The Pampanga Revolt of 1585

This uprising was started by native Kapampangan leaders who oppose the encomenderos, who had deprived them of their historical land inheritances as Datus. Their objective was to storm the walled city, but it was foiled before it started when a Filipina married a Spanish soldier reported the plot to the authorities.

Governor-General de Vera sends both Filipino & Spanish troops as the leaders were arrested and executed.

The Maharlika Conspiracy (1587-1588)

Known as the Tondo Conspiracy. It was a plot by the Datus of Manila, and by noblemen from some towns of Bulacan & Pampanga. Led by Agustin de Legazpi, and Martin Pangan. They swore to revolt against the Spaniards, but it failed when they were denounced by Antonio Surabao.

The Cagayan and Dingras Revolt of 1589

Known as the Revolts against the Tribute, occurred in Luzon in the provinces of Cagayan and Ilocos Norte. The Ilocanos, Ibanags, and other Filipinos resisted alleged abuses by the tax collectors, including the collection of high taxes. 6 tax collectors who had arrived from Vigan were killed by the natives signifying the start of the revolt.

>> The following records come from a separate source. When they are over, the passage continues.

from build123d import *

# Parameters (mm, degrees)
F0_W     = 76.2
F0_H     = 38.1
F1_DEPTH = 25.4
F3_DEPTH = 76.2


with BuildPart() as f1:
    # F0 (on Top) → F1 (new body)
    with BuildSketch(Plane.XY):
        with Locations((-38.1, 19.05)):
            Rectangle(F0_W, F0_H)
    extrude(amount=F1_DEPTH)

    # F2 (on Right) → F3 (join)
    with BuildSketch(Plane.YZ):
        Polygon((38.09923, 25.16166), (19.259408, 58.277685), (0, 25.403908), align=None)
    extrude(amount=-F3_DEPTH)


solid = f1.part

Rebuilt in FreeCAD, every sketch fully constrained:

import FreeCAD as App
import Part
import Sketcher
Q = App.Units.Quantity


def add_polygon(sketch, points):
    """Adds a closed chain of lines whose ends are joined by coincident constraints."""
    first, n = sketch.GeometryCount, len(points)
    for a, b in zip(points, points[1:] + points[:1]):
        sketch.addGeometry(Part.LineSegment(App.Vector(*a, 0), App.Vector(*b, 0)), False)
    for i in range(n):
        sketch.addConstraint(Sketcher.Constraint("Coincident", first + i, 2, first + (i + 1) % n, 1))

doc = App.newDocument("Part")
body = doc.addObject("PartDesign::Body", "Body")

# Sketch on XY plane
sketch1 = doc.addObject("Sketcher::SketchObject", "Sketch")
body.addObject(sketch1)
sketch1.AttachmentSupport = (doc.XY_Plane, [""])
sketch1.MapMode = "FlatFace"
add_polygon(sketch1, [(-76, 38), (-76, 0), (0, 0), (0, 38)])  # lines 0-3
sketch1.addConstraint(Sketcher.Constraint("Vertical", 0))
sketch1.addConstraint(Sketcher.Constraint("Horizontal", 1))
sketch1.addConstraint(Sketcher.Constraint("Vertical", 2))
sketch1.addConstraint(Sketcher.Constraint("Horizontal", 3))
sketch1.addConstraint(Sketcher.Constraint("Coincident", 1, 2, -1, 1))
sketch1.addConstraint(Sketcher.Constraint("DistanceX", 1, 1, 1, 2, Q("3 in")))
sketch1.addConstraint(Sketcher.Constraint("DistanceY", 0, 2, 0, 1, Q("1.5 in")))
pad1 = doc.addObject("PartDesign::Pad", "Pad")
body.addObject(pad1)
pad1.Profile = sketch1
pad1.Length = Q("1 in")

# Sketch on YZ plane
sketch2 = doc.addObject("Sketcher::SketchObject", "Sketch001")
body.addObject(sketch2)
sketch2.AttachmentSupport = (doc.YZ_Plane, [""])
sketch2.MapMode = "FlatFace"
add_polygon(sketch2, [(38, 25), (19, 58), (0, 25)])  # lines 0-2
sketch2.addConstraint(Sketcher.Constraint("PointOnObject", 1, 2, -2))
sketch2.addConstraint(Sketcher.Constraint("Equal", 0, 1))
sketch2.addConstraint(Sketcher.Constraint("Equal", 1, 2))
sketch2.addConstraint(Sketcher.Constraint("Distance", 0, Q("1.5 in")))
sketch2.addConstraint(Sketcher.Constraint("DistanceX", -1, 1, 0, 2, 19.259408))
sketch2.addConstraint(Sketcher.Constraint("DistanceY", -1, 1, 1, 2, 25.403908))
pad2 = doc.addObject("PartDesign::Pad", "Pad001")
body.addObject(pad2)
pad2.Profile = sketch2
pad2.Length = Q("3 in")
pad2.Reversed = True

doc.recompute()
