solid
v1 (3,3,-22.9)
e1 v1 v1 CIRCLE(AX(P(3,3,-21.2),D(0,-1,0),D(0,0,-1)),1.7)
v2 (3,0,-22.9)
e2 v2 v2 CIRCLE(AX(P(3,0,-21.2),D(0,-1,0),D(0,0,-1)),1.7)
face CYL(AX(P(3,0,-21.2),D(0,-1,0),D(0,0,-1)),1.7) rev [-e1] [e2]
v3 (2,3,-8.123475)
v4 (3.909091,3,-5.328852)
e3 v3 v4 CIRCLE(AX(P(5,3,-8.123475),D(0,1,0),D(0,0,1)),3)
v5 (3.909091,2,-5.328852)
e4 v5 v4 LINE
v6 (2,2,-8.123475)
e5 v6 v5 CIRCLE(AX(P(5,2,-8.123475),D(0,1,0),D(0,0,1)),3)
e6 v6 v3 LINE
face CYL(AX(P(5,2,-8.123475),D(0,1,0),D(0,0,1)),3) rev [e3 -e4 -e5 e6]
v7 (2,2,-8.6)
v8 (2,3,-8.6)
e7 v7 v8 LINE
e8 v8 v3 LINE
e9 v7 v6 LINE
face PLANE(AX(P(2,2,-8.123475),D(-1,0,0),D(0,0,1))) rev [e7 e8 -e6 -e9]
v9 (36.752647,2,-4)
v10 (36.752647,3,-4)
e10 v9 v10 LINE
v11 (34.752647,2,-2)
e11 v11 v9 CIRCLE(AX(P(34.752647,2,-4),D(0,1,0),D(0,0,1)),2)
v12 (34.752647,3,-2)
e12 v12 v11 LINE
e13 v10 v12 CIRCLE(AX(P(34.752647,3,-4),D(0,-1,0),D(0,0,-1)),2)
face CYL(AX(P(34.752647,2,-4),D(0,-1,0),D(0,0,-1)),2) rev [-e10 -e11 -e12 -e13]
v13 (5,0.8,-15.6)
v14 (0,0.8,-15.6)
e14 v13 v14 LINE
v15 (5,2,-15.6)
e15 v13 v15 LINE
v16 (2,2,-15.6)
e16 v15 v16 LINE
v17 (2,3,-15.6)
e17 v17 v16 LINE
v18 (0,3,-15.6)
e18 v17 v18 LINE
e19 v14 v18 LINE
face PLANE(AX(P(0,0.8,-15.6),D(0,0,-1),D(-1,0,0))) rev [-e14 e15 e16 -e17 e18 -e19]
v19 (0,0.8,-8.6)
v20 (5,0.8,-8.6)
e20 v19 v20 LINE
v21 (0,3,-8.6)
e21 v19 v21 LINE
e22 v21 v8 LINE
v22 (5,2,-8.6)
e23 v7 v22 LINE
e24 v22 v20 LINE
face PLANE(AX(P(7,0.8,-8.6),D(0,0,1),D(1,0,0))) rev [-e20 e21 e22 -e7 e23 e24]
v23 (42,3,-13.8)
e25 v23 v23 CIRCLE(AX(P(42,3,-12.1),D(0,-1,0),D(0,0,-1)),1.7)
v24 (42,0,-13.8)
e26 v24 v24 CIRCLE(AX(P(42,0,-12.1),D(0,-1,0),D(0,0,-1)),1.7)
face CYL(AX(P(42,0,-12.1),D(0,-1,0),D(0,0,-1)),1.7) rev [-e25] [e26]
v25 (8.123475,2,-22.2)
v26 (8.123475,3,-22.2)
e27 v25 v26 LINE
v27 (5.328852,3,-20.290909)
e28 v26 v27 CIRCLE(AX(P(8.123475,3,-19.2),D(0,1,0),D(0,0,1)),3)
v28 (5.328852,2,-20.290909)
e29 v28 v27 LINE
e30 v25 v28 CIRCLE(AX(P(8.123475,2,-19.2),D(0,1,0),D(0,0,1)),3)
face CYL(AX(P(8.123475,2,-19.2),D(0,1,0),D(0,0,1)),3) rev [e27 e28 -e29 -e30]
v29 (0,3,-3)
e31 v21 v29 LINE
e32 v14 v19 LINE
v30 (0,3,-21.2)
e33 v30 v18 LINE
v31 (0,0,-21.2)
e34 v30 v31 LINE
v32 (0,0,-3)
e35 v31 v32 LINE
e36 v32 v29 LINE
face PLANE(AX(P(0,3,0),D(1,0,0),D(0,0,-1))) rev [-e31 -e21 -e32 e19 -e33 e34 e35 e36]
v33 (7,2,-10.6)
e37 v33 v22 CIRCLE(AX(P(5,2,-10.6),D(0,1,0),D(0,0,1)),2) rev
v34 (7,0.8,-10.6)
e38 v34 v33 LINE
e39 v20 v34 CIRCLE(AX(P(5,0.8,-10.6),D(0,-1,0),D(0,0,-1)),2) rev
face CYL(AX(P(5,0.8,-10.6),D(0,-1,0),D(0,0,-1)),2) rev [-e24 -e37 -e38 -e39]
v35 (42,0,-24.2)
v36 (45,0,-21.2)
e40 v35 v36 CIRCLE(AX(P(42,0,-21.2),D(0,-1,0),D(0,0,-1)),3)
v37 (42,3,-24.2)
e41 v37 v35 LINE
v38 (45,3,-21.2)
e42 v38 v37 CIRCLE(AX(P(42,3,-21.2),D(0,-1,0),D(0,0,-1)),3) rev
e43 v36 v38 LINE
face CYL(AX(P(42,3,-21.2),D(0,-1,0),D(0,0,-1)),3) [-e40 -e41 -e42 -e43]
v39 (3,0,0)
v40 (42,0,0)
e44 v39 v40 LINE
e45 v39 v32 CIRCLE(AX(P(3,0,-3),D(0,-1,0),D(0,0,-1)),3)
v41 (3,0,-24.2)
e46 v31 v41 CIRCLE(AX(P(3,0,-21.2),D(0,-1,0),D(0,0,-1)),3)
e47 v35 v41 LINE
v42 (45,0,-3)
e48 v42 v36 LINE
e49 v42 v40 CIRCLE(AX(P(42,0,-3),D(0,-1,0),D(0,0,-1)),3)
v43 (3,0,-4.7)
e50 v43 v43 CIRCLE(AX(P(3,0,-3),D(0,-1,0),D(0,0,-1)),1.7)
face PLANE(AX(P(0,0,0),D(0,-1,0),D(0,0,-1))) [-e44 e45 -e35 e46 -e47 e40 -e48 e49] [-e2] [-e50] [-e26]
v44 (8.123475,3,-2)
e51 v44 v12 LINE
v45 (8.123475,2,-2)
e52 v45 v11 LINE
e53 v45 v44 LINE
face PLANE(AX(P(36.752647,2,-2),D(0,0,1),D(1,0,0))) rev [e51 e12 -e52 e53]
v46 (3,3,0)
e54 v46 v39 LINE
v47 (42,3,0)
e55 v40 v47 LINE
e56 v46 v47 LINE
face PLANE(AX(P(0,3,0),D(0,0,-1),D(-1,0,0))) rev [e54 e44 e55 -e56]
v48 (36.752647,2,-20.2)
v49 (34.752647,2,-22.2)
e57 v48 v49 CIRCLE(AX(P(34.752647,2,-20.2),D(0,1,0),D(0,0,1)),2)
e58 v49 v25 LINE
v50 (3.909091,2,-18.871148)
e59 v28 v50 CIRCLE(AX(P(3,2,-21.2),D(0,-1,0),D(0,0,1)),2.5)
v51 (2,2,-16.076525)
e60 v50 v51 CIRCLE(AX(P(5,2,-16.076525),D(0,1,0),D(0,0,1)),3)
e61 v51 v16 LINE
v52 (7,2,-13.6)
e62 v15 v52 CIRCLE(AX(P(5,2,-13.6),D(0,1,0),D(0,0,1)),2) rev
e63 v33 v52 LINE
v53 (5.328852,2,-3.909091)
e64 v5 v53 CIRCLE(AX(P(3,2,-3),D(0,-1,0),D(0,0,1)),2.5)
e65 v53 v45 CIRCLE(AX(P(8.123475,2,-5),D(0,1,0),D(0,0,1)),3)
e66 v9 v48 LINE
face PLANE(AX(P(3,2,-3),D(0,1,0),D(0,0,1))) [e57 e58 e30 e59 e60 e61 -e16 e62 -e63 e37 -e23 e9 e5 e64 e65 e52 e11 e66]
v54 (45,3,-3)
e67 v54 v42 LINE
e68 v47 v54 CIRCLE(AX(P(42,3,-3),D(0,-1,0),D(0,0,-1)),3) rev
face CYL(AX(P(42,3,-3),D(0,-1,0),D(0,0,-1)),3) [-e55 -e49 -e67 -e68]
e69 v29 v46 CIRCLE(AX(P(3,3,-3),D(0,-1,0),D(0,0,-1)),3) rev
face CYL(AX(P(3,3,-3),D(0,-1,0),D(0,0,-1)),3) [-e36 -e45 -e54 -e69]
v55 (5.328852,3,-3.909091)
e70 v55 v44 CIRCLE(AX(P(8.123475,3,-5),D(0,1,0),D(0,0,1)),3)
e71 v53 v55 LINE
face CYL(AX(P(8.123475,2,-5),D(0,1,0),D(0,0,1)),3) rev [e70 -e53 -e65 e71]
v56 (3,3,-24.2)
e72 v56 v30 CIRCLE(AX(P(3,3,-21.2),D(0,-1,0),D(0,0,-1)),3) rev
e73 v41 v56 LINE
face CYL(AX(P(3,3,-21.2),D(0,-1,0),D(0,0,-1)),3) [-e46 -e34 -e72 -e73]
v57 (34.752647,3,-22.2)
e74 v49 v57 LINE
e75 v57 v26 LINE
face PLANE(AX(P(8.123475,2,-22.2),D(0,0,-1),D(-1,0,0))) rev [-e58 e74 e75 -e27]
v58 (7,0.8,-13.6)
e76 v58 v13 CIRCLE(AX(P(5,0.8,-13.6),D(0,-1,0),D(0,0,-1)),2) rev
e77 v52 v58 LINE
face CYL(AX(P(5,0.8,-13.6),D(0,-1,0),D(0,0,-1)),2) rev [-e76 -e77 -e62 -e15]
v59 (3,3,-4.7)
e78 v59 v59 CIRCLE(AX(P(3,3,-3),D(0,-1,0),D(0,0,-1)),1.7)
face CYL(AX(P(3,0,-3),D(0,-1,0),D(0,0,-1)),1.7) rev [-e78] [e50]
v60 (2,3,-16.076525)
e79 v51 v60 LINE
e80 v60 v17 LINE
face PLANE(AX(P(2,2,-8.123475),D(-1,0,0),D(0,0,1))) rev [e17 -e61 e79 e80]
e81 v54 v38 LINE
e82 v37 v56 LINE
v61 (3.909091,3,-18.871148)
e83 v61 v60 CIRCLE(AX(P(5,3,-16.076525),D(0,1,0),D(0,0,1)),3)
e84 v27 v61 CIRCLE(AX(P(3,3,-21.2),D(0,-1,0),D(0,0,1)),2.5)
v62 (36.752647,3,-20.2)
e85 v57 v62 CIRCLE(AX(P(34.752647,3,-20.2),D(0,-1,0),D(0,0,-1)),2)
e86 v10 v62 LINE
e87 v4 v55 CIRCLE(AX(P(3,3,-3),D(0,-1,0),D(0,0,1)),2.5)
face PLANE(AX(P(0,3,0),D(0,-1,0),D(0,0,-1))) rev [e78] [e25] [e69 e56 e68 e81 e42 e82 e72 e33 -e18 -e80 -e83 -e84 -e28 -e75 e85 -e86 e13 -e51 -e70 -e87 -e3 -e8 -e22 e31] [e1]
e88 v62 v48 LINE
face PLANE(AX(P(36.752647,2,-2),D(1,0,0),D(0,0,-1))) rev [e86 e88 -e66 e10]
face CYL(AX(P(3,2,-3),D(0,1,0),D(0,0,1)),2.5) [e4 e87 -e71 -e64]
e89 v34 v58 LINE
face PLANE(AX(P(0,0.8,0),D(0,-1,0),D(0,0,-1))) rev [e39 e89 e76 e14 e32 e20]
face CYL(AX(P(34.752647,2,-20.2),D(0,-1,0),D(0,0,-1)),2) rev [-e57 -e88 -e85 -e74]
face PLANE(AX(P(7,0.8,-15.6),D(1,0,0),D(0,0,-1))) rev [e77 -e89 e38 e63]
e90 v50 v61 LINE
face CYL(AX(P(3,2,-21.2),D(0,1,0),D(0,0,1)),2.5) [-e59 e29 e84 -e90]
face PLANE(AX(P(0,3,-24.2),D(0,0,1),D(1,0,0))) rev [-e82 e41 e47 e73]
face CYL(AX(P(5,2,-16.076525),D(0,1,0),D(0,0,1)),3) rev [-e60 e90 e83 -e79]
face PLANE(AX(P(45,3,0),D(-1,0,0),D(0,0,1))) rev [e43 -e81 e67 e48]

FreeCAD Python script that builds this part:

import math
import FreeCAD as App
import Part
import Sketcher
from FreeCAD import Vector
Q = App.Units.Quantity


def edges_at(feature, points):
    """Names of the edges that pass closest to the given points."""
    edges = feature.Shape.Edges
    near = lambda p: min(range(len(edges)), key=lambda i: edges[i].distToShape(Part.Vertex(*p))[0])
    return sorted({f"Edge{near(p) + 1}" for p in points})


def add_polygon(sketch, points):
    """Adds a closed chain of lines whose ends are joined by coincident constraints."""
    first, n = sketch.GeometryCount, len(points)
    for a, b in zip(points, points[1:] + points[:1]):
        sketch.addGeometry(Part.LineSegment(App.Vector(*a, 0), App.Vector(*b, 0)), False)
    for i in range(n):
        sketch.addConstraint(Sketcher.Constraint("Coincident", first + i, 2, first + (i + 1) % n, 1))

doc = App.newDocument("Part")
body = doc.addObject("PartDesign::Body", "Body")

sketch1 = body.newObject("Sketcher::SketchObject", "Sketch")
sketch1.AttachmentSupport = (doc.getObject("XZ_Plane"), [""])
sketch1.MapMode = "FlatFace"
add_polygon(sketch1, [(0, -24), (0, 0), (45, 0), (45, -24)])
sketch1.addConstraint(Sketcher.Constraint("Vertical", 0))
sketch1.addConstraint(Sketcher.Constraint("Horizontal", 1))
sketch1.addConstraint(Sketcher.Constraint("Vertical", 2))
sketch1.addConstraint(Sketcher.Constraint("Horizontal", 3))
sketch1.addConstraint(Sketcher.Constraint("Coincident", 0, 2, -1, 1))
sketch1.addConstraint(Sketcher.Constraint("DistanceX", 1, 1, 1, 2, Q("45 mm")))
sketch1.addConstraint(Sketcher.Constraint("DistanceY", 0, 1, 0, 2, Q("24.2 mm")))
pad1 = body.newObject("PartDesign::Pad", "Pad")
pad1.Profile = sketch1
pad1.Length = 3
pad1.Reversed = True
doc.recompute()

fillet = body.newObject("PartDesign::Fillet", "Fillet")
fillet.Base = (pad1, edges_at(pad1, [
    (0, 1.5, -24.2),
    (45, 1.5, -24.2),
    (45, 1.5, 0),
    (0, 1.5, 0),
]))
fillet.Radius = 3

Governor-General de Vera sent Filipino & Spanish troops to subdue the rebels but eventually pardoned making the tax system reformed.

The Magalat Revolt of 1596

A rebel from Cagayan named Magalat was arrested in Manila for rebellion against the Spanish. Then later released after urging by some Dominican priests, and returned to Cagayan. Together with his brother, he encouraged his fellowmen to fight against the Spaniards. He soon controlled the entire province, but the Spanish found themselves besieged.

Governor-General de Guzman sent troops to eliminate the rebels. Magalat was assassinated by his men within his fortified headquarters.